Lithium From Geothermal Brines

Geothermal plants in certain regions pump up not just heat but mineral-rich brine. In California’s Salton Sea region, that brine contains significant concentrations of lithium, the critical mineral used in electric vehicle batteries and grid-scale energy storage. The U.S. Department of Energy estimates that the existing 400 megawatts of geothermal capacity in the Salton Sea area is already producing brine containing about 21,500 tons of lithium per year. That lithium isn’t currently being recovered, but extraction technologies are in active development.

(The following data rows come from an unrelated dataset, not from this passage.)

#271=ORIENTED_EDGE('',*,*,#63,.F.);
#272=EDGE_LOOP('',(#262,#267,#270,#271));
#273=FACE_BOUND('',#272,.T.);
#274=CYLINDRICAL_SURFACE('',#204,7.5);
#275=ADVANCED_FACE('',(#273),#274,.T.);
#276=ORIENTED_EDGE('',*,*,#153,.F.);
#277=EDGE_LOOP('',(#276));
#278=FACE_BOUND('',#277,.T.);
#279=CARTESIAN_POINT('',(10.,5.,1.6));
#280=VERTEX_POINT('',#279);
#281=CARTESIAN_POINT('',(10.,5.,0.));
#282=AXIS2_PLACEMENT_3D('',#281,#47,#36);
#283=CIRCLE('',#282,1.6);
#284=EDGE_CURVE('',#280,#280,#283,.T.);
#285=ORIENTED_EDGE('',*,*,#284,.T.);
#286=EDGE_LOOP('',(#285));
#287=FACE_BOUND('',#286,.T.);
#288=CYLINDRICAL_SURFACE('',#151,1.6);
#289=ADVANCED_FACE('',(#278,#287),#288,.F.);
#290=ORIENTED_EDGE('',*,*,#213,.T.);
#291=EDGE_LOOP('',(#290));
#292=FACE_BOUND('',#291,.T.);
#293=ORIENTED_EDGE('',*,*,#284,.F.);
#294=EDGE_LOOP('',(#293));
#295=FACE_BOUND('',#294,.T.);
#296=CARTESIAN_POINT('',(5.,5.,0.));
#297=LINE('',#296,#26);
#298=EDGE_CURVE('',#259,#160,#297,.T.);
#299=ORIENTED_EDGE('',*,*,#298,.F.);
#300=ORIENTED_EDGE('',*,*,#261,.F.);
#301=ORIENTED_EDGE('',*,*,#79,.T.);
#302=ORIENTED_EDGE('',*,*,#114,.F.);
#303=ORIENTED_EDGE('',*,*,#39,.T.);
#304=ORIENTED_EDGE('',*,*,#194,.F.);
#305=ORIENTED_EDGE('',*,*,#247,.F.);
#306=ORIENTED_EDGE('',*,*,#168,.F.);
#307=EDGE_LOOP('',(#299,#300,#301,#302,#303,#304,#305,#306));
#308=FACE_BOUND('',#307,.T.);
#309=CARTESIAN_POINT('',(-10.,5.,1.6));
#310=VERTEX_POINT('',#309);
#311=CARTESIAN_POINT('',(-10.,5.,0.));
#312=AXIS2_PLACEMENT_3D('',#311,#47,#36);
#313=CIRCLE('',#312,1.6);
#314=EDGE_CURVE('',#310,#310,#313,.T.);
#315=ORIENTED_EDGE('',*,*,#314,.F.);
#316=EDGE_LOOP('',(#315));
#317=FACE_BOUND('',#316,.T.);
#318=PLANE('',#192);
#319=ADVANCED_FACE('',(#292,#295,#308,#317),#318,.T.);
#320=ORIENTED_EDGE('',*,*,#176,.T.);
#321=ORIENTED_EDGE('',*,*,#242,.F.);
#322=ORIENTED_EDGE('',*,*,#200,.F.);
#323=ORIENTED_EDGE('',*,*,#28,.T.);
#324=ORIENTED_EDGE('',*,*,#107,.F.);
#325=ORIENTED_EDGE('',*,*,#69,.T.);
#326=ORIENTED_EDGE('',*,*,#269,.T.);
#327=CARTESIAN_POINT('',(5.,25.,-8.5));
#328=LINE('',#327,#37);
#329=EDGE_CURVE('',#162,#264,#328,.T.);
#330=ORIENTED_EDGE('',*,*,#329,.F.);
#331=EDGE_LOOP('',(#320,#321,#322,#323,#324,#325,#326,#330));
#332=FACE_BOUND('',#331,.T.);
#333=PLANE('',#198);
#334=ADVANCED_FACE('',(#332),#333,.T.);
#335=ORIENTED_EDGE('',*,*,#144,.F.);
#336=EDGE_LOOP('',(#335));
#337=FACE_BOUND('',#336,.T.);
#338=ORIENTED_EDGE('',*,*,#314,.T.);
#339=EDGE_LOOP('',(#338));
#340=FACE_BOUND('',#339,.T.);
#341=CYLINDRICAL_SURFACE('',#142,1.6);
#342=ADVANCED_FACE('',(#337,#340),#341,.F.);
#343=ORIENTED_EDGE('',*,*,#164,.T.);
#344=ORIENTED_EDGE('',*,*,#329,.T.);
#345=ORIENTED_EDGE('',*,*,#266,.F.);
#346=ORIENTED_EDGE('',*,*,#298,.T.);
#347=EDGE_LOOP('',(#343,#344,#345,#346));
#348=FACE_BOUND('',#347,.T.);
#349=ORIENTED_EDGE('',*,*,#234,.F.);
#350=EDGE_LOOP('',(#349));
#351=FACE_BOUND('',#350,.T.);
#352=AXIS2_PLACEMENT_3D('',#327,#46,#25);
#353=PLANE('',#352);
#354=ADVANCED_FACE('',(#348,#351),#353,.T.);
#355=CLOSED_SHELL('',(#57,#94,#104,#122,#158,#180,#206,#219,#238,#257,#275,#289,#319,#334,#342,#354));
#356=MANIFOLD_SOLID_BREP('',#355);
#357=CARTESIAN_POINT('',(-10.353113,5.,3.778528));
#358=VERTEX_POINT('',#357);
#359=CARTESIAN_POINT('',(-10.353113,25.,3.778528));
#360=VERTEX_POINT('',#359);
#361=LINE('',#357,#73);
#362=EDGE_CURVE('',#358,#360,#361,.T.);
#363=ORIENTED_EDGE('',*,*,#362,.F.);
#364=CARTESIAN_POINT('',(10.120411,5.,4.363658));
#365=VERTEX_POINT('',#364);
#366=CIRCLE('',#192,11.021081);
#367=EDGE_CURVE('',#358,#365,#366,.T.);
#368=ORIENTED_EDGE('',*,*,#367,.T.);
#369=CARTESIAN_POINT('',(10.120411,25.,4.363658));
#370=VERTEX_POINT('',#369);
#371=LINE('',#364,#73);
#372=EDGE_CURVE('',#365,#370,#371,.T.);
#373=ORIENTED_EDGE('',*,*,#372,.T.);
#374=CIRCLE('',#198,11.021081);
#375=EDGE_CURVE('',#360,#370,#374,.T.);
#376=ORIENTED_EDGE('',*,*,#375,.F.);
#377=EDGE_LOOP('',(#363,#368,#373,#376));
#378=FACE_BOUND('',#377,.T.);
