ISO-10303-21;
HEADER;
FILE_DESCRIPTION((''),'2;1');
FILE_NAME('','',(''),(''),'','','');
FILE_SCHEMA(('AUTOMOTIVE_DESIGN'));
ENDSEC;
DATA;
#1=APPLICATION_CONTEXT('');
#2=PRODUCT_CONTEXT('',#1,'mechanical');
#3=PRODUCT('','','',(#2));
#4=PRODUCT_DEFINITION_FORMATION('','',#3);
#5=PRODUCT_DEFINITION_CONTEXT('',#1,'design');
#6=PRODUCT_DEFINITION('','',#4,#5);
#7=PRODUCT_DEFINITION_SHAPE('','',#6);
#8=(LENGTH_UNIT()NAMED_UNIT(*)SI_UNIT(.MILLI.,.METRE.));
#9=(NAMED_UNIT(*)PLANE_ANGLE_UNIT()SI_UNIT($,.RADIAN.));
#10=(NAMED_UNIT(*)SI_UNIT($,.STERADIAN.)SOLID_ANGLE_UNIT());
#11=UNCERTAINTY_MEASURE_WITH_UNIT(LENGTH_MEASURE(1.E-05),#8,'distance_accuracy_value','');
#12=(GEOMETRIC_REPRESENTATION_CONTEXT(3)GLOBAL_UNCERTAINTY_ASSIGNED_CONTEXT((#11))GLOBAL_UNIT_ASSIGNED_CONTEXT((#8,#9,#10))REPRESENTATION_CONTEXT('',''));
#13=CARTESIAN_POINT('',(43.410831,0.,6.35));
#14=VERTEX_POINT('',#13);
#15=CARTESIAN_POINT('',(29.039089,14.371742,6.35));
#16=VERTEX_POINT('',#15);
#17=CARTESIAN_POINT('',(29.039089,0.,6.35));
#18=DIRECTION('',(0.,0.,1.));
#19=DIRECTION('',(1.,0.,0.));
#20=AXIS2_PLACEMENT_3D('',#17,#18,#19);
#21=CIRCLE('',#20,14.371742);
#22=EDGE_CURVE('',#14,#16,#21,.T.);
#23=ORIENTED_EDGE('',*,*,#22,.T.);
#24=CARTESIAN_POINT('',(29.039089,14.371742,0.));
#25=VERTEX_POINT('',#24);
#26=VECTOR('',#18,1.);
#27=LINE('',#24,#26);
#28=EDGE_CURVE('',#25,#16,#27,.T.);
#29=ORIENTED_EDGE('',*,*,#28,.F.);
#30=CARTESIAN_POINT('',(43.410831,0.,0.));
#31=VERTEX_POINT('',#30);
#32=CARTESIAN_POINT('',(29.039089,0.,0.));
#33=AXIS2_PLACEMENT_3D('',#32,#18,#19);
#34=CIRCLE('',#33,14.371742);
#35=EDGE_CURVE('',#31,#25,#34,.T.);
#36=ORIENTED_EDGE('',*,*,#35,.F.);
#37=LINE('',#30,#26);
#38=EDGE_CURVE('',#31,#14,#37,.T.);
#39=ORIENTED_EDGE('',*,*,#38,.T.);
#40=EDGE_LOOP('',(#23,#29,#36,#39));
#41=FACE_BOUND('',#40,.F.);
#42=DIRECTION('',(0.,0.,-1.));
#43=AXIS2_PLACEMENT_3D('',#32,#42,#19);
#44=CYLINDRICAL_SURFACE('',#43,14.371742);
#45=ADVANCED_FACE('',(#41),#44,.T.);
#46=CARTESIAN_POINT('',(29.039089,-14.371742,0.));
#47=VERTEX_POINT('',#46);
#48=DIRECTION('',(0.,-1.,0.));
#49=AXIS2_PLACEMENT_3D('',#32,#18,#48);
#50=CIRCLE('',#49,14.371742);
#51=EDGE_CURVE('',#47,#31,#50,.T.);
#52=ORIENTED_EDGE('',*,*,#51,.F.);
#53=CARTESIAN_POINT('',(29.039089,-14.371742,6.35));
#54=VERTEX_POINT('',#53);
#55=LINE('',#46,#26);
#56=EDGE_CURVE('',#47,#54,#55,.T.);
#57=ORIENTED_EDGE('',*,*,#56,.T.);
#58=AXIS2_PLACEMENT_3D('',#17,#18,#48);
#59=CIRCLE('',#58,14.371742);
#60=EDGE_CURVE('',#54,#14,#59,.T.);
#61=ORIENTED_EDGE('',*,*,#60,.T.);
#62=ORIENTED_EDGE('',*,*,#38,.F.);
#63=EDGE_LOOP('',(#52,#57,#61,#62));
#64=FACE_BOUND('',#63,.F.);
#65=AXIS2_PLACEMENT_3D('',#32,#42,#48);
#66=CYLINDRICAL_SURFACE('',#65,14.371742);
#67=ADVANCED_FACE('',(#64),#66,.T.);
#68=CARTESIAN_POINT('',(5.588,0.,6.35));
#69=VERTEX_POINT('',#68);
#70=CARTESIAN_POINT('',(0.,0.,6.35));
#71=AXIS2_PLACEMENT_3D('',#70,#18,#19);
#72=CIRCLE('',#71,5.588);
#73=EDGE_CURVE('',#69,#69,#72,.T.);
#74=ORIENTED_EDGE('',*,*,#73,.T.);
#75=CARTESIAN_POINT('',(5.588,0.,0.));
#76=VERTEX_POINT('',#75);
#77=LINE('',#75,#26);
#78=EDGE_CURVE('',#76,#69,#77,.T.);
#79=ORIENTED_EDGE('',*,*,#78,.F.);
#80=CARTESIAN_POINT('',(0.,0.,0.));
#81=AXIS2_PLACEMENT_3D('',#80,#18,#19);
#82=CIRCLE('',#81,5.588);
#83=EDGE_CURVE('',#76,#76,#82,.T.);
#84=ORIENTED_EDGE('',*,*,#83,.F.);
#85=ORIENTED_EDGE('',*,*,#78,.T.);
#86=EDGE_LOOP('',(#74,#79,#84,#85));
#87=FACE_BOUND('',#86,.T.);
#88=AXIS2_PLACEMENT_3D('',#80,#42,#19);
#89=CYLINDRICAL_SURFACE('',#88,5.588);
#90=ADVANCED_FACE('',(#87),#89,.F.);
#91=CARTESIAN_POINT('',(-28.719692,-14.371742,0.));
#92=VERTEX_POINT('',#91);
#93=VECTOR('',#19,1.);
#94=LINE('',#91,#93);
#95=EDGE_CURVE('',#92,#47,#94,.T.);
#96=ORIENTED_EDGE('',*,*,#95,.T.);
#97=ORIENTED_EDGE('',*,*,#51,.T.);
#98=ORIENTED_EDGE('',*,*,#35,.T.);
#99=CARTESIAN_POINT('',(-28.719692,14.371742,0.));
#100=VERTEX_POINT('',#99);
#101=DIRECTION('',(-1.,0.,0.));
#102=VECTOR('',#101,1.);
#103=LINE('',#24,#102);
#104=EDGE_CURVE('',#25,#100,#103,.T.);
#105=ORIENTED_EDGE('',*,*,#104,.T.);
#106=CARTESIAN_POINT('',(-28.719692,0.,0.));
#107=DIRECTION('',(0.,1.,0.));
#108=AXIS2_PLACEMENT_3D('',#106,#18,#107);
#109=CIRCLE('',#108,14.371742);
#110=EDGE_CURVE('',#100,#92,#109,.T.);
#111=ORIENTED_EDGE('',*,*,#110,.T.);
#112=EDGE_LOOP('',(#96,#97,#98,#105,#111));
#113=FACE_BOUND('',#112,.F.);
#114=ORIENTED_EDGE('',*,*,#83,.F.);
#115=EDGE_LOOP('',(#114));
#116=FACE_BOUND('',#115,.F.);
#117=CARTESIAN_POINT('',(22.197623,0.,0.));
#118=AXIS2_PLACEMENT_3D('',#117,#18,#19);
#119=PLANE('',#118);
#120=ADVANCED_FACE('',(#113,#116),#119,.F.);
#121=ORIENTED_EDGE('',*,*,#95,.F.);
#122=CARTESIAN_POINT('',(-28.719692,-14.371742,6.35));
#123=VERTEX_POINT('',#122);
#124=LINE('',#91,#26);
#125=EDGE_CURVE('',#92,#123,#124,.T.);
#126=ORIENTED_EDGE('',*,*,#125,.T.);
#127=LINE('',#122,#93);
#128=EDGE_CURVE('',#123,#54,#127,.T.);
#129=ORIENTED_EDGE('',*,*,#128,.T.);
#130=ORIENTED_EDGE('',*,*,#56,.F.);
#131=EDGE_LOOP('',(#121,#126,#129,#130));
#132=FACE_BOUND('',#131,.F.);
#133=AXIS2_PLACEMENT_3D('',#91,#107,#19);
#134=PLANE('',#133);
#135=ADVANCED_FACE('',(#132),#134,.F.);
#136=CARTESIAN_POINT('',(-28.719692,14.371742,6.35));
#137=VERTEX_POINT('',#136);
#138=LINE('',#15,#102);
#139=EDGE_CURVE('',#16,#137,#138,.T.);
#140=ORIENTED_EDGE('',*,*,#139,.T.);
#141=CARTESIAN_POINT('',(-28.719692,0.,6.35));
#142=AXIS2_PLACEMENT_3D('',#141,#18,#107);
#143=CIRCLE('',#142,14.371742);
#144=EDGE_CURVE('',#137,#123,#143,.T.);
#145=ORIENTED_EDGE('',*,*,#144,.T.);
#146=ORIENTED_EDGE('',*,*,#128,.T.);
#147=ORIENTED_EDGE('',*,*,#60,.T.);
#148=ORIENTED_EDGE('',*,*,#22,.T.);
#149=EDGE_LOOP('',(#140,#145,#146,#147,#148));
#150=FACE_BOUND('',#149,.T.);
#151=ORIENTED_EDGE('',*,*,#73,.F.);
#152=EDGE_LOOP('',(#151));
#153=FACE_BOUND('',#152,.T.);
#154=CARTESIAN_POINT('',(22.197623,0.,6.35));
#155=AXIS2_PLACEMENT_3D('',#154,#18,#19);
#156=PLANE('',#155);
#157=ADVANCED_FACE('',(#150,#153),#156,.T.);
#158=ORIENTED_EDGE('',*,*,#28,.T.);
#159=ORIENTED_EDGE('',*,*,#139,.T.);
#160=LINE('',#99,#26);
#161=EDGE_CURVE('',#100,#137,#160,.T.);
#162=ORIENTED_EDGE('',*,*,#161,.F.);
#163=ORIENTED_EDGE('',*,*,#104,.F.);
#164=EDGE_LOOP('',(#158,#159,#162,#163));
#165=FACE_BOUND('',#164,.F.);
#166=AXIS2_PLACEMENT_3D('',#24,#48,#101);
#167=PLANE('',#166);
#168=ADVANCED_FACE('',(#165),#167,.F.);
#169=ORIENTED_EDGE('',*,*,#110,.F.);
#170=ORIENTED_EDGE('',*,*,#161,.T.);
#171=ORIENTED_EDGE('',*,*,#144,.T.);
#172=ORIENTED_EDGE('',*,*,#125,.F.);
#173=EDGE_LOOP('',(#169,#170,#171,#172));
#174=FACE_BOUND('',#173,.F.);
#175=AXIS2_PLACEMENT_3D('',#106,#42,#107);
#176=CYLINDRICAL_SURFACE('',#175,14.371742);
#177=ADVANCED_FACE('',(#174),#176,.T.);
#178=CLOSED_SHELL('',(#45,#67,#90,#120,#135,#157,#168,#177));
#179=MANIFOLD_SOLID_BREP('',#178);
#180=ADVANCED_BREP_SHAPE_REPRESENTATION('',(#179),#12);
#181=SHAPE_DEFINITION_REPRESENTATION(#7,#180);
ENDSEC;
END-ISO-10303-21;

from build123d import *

# Parameters (mm, degrees)
F0_R     = 5.588
F1_DEPTH = 6.35


with BuildPart() as f1:
    # F0 (on Top) → F1 (new body)
    with BuildSketch(Plane.XY):
        with BuildLine():
            Line((29.0390886366, 10.9855), (29.0390886366, 14.3717424944))
            ThreePointArc((29.0390886366, 14.3717424944), (14.6673461422, 0), (29.0390886366, -14.3717424944))
            Line((29.0390886366, -14.3717424944), (29.0390886366, -10.9855))
            ThreePointArc((29.0390886366, -10.9855), (18.0535886366, 0), (29.0390886366, 10.9855))
        make_face()
        with BuildLine():
            ThreePointArc((40.0245886366, 0), (36.8070101814, 7.7679215447), (29.0390886366, 10.9855))
            Line((29.0390886366, 10.9855), (29.0390886366, -10.9855))
            ThreePointArc((29.0390886366, -10.9855), (36.8070101814, -7.7679215447), (40.0245886366, 0))
        make_face()
        with BuildLine():
            ThreePointArc((43.410831131, 0), (39.2014452119, 10.1623565753), (29.0390886366, 14.3717424944))
            Line((29.0390886366, 14.3717424944), (29.0390886366, 10.9855))
            ThreePointArc((29.0390886366, 10.9855), (36.8070101814, 7.7679215447), (40.0245886366, 0))
            ThreePointArc((40.0245886366, 0), (36.8070101814, -7.7679215447), (29.0390886366, -10.9855))
            Line((29.0390886366, -10.9855), (29.0390886366, -14.3717424944))
            ThreePointArc((29.0390886366, -14.3717424944), (39.2014452119, -10.1623565753), (43.410831131, 0))
        make_face()
        with BuildLine():
            Line((29.0390886366, -10.9855), (29.0390886366, 10.9855))
            ThreePointArc((29.0390886366, 10.9855), (18.0535886366, 0), (29.0390886366, -10.9855))
        make_face()
        with BuildLine():
            ThreePointArc((-14.3479490653, 0), (-18.5573349844, 10.1623565753), (-28.7196915597, 14.3717424944))
            Line((-28.7196915597, 14.3717424944), (-28.7196915597, 10.9855))
            ThreePointArc((-28.7196915597, 10.9855), (-20.9517700149, 7.7679215447), (-17.7341915597, 0))
            ThreePointArc((-17.7341915597, 0), (-20.9517700149, -7.7679215447), (-28.7196915597, -10.9855))
            Line((-28.7196915597, -10.9855), (-28.7196915597, -14.3717424944))
            ThreePointArc((-28.7196915597, -14.3717424944), (-18.5573349844, -10.1623565753), (-14.3479490653, 0))
        make_face()
        with BuildLine():
            Line((-28.7196915597, -10.9855), (-28.7196915597, 10.9855))
            ThreePointArc((-28.7196915597, 10.9855), (-39.7051915597, 0), (-28.7196915597, -10.9855))
        make_face()
        with BuildLine():
            Line((-28.7196915597, 10.9855), (-28.7196915597, 14.3717424944))
            ThreePointArc((-28.7196915597, 14.3717424944), (-43.0914340541, 0), (-28.7196915597, -14.3717424944))
            Line((-28.7196915597, -14.3717424944), (-28.7196915597, -10.9855))
            ThreePointArc((-28.7196915597, -10.9855), (-39.7051915597, 0), (-28.7196915597, 10.9855))
        make_face()
        with BuildLine():
            ThreePointArc((-17.7341915597, 0), (-20.9517700149, 7.7679215447), (-28.7196915597, 10.9855))
            Line((-28.7196915597, 10.9855), (-28.7196915597, -10.9855))
            ThreePointArc((-28.7196915597, -10.9855), (-20.9517700149, -7.7679215447), (-17.7341915597, 0))
        make_face()
        with BuildLine():
            Line((29.0390886366, 14.3717424944), (-28.7196915597, 14.3717424944))
            ThreePointArc((-28.7196915597, 14.3717424944), (-18.5573349844, 10.1623565753), (-14.3479490653, 0))
            ThreePointArc((-14.3479490653, 0), (-18.5573349844, -10.1623565753), (-28.7196915597, -14.3717424944))
            Line((-28.7196915597, -14.3717424944), (29.0390886366, -14.3717424944))
            ThreePointArc((29.0390886366, -14.3717424944), (14.6673461422, 0), (29.0390886366, 14.3717424944))
        make_face()
        Circle(F0_R, mode=Mode.SUBTRACT)
    extrude(amount=F1_DEPTH)


solid = f1.part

The longer-term resource estimate for the region is enormous: roughly 3,400 kilotons of lithium classified as “probable,” meaning accessible with expected technology improvements. Producing lithium as a byproduct of geothermal electricity generation could simultaneously lower the cost of geothermal power (lithium sales offset operating costs) and reduce U.S. dependence on lithium imports. Several companies are building pilot extraction facilities in the area now.

What Stands in the Way

The biggest barrier is upfront cost and risk. Drilling a geothermal well costs millions of dollars, and unlike solar or wind, you don’t know exactly what you’ll find until you finish drilling. A well might hit lower temperatures than expected, or the rock might not fracture the way models predicted. This exploration risk makes financing difficult, especially for newer EGS and super-hot rock approaches where the track record is short.

Permitting is another bottleneck. Geothermal projects on federal land in the United States can take years to navigate environmental reviews, even though the surface footprint of a geothermal plant is a fraction of what a solar or wind farm requires for the same output. Several policy proposals aim to streamline this process, but progress has been slow.

Workforce availability matters too. The oil and gas industry has the drilling expertise and equipment that geothermal needs, and companies like Fervo have actively recruited from that sector. But scaling from a handful of demonstration projects to hundreds of commercial installations will require a much larger pool of trained workers, specialized rigs, and supply chain capacity that doesn’t yet exist.

Despite these obstacles, the trajectory is clear. The technology works, costs are falling, and the value of always-on clean electricity is rising as grids absorb more intermittent solar and wind. Geothermal is shifting from a niche resource tied to geology to a broadly deployable energy source, and the next decade will determine how fast that shift happens.